Comme le remarque avec un aplomb sans pareil un intellectuel chinois : “Cette fois, les barbares sont confrontés à une civilisation écrite vieille de 5 000 ans, forte de l’Art de la guerre de Sun Tzu, de la pensée de Mao, de la stratégie à double sens de Xi, de la ‘Belt and Road’, des BRICS, de la numérisation du Renminbi, de la Russie et de la Chine unies, de l’industrie manufacturière la plus puissante du monde, de la suprématie technologique, de la puissance économique et de l’appui des pays du ‘Sud Global’.”

Tout cela face à un hégémon divisé en pleine tourmente, dont le porte-avions génocidaire en Asie de l’Ouest échappe définitivement à tout contrôle.

Les menaces américaines de “choix clair” entre mettre fin à plusieurs éléments clés du partenariat stratégique Russie-Chine ou faire face à un tsunami de sanctions ne font pas l’affaire de Pékin. Il en va de même pour les tentatives chimériques de Washington d’empêcher les membres des BRICS de se défaire du dollar américain.

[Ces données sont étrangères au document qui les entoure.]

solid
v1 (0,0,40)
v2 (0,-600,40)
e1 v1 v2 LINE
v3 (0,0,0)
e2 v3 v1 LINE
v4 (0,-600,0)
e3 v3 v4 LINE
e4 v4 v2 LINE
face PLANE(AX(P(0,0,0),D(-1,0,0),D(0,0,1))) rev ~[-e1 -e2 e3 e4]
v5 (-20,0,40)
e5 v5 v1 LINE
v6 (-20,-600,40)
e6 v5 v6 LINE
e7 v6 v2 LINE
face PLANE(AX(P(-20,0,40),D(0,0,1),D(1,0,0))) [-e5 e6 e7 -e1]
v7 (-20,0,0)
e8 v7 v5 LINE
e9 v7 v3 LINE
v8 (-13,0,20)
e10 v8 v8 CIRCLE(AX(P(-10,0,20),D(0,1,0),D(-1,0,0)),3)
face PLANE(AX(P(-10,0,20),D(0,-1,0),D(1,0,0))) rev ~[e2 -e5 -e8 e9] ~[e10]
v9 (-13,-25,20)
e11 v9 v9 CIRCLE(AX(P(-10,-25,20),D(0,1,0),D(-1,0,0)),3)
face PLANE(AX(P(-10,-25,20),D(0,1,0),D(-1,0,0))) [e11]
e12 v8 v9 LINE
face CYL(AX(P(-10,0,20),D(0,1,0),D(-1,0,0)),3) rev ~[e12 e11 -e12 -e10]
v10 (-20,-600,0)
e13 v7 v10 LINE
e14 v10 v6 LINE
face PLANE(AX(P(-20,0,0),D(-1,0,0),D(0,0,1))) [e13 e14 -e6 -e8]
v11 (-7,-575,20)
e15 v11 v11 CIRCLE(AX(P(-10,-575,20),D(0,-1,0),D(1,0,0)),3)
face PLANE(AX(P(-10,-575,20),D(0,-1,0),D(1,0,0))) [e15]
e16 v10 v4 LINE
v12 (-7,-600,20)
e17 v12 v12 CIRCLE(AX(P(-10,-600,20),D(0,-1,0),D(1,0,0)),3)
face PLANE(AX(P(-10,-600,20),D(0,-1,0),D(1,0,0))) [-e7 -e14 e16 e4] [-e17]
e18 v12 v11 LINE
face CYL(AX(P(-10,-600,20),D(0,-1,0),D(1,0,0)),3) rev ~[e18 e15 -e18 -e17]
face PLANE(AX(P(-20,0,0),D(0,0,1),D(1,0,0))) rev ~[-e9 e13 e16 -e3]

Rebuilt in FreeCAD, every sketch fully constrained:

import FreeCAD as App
import Part
import Sketcher
from FreeCAD import Vector


def add_polygon(sketch, points):
    """Adds a closed chain of lines whose ends are joined by coincident constraints."""
    first, n = sketch.GeometryCount, len(points)
    for a, b in zip(points, points[1:] + points[:1]):
        sketch.addGeometry(Part.LineSegment(App.Vector(*a, 0), App.Vector(*b, 0)), False)
    for i in range(n):
        sketch.addConstraint(Sketcher.Constraint("Coincident", first + i, 2, first + (i + 1) % n, 1))

doc = App.newDocument("Part")
body = doc.addObject("PartDesign::Body", "Body")

# Sketch on XZ plane
sketch1 = doc.addObject("Sketcher::SketchObject", "Sketch")
body.addObject(sketch1)
sketch1.AttachmentSupport = (doc.XZ_Plane, [""])
sketch1.MapMode = "FlatFace"
add_polygon(sketch1, [(-20, 40), (-20, 0), (0, 0), (0, 40)])  # lines 0-3
sketch1.addConstraint(Sketcher.Constraint("Vertical", 0))
sketch1.addConstraint(Sketcher.Constraint("Horizontal", 1))
sketch1.addConstraint(Sketcher.Constraint("Vertical", 2))
sketch1.addConstraint(Sketcher.Constraint("Horizontal", 3))
sketch1.addConstraint(Sketcher.Constraint("Coincident", 1, 2, -1, 1))
sketch1.addConstraint(Sketcher.Constraint("DistanceX", 1, 1, 1, 2, 20.0))
sketch1.addConstraint(Sketcher.Constraint("DistanceY", 0, 2, 0, 1, 40.0))
pad1 = doc.addObject("PartDesign::Pad", "Pad")
body.addObject(pad1)
pad1.Profile = sketch1
pad1.Length = 600

# Sketch on XZ plane
sketch2 = doc.addObject("Sketcher::SketchObject", "Sketch001")
body.addObject(sketch2)
sketch2.AttachmentSupport = (doc.XZ_Plane, [""])
sketch2.MapMode = "FlatFace"
sketch2.addGeometry(Part.Circle(Vector(-10, 20, 0), Vector(0, 0, 1), 3), False)
sketch2.addConstraint(Sketcher.Constraint("Diameter", 0, 6.0))
sketch2.addConstraint(Sketcher.Constraint("DistanceX", 0, 3, -1, 1, 10.0))
sketch2.addConstraint(Sketcher.Constraint("DistanceY", -1, 1, 0, 3, 20.0))
pocket1 = doc.addObject("PartDesign::Pocket", "Pocket")
body.addObject(pocket1)
pocket1.Profile = sketch2
pocket1.Length = 25
pocket1.Reversed = True

# Sketch on XZ plane
sketch3 = doc.addObject("Sketcher::SketchObject", "Sketch002")
body.addObject(sketch3)
sketch3.AttachmentSupport = (doc.XZ_Plane, [""])
sketch3.MapMode = "FlatFace"
sketch3.AttachmentOffset = App.Placement(Vector(0, 0, 600), App.Rotation())
sketch3.addGeometry(Part.Circle(Vector(-10, 20, 0), Vector(0, 0, 1), 3), False)
sketch3.addConstraint(Sketcher.Constraint("Diameter", 0, 6.0))
sketch3.addConstraint(Sketcher.Constraint("DistanceX", 0, 3, -1, 1, 10.0))
sketch3.addConstraint(Sketcher.Constraint("DistanceY", -1, 1, 0, 3, 20.0))
pocket2 = doc.addObject("PartDesign::Pocket", "Pocket001")
body.addObject(pocket2)
pocket2.Profile = sketch3
pocket2.Length = 25

doc.recompute()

Le ministre russe des affaires étrangères, Sergey Lavrov, a clairement fait savoir que Moscou et Pékin avaient presque atteint le stade où le dollar américain serait abandonné dans les échanges bilatéraux. Et le vol pur et simple des actifs russes par l’Occident collectif est la ligne rouge ultime pour les BRICS – et toutes les autres nations qui les observent avec horreur – dans leur ensemble : il s’agit définitivement d’un empire “incapable du moindre consensus”, comme Lavrov l’a souligné depuis la fin 2021.

Yaroslav Lisovolik, fondateur de BRICS+ Analytics, ne croit pas aux menaces de l’hégémon contre les BRICS, la feuille de route vers un système de paiement alternatif n’en étant encore qu’à ses débuts. Concernant le commerce entre la Russie et la Chine, la voie rapide du non-dollar a déjà quitté la gare.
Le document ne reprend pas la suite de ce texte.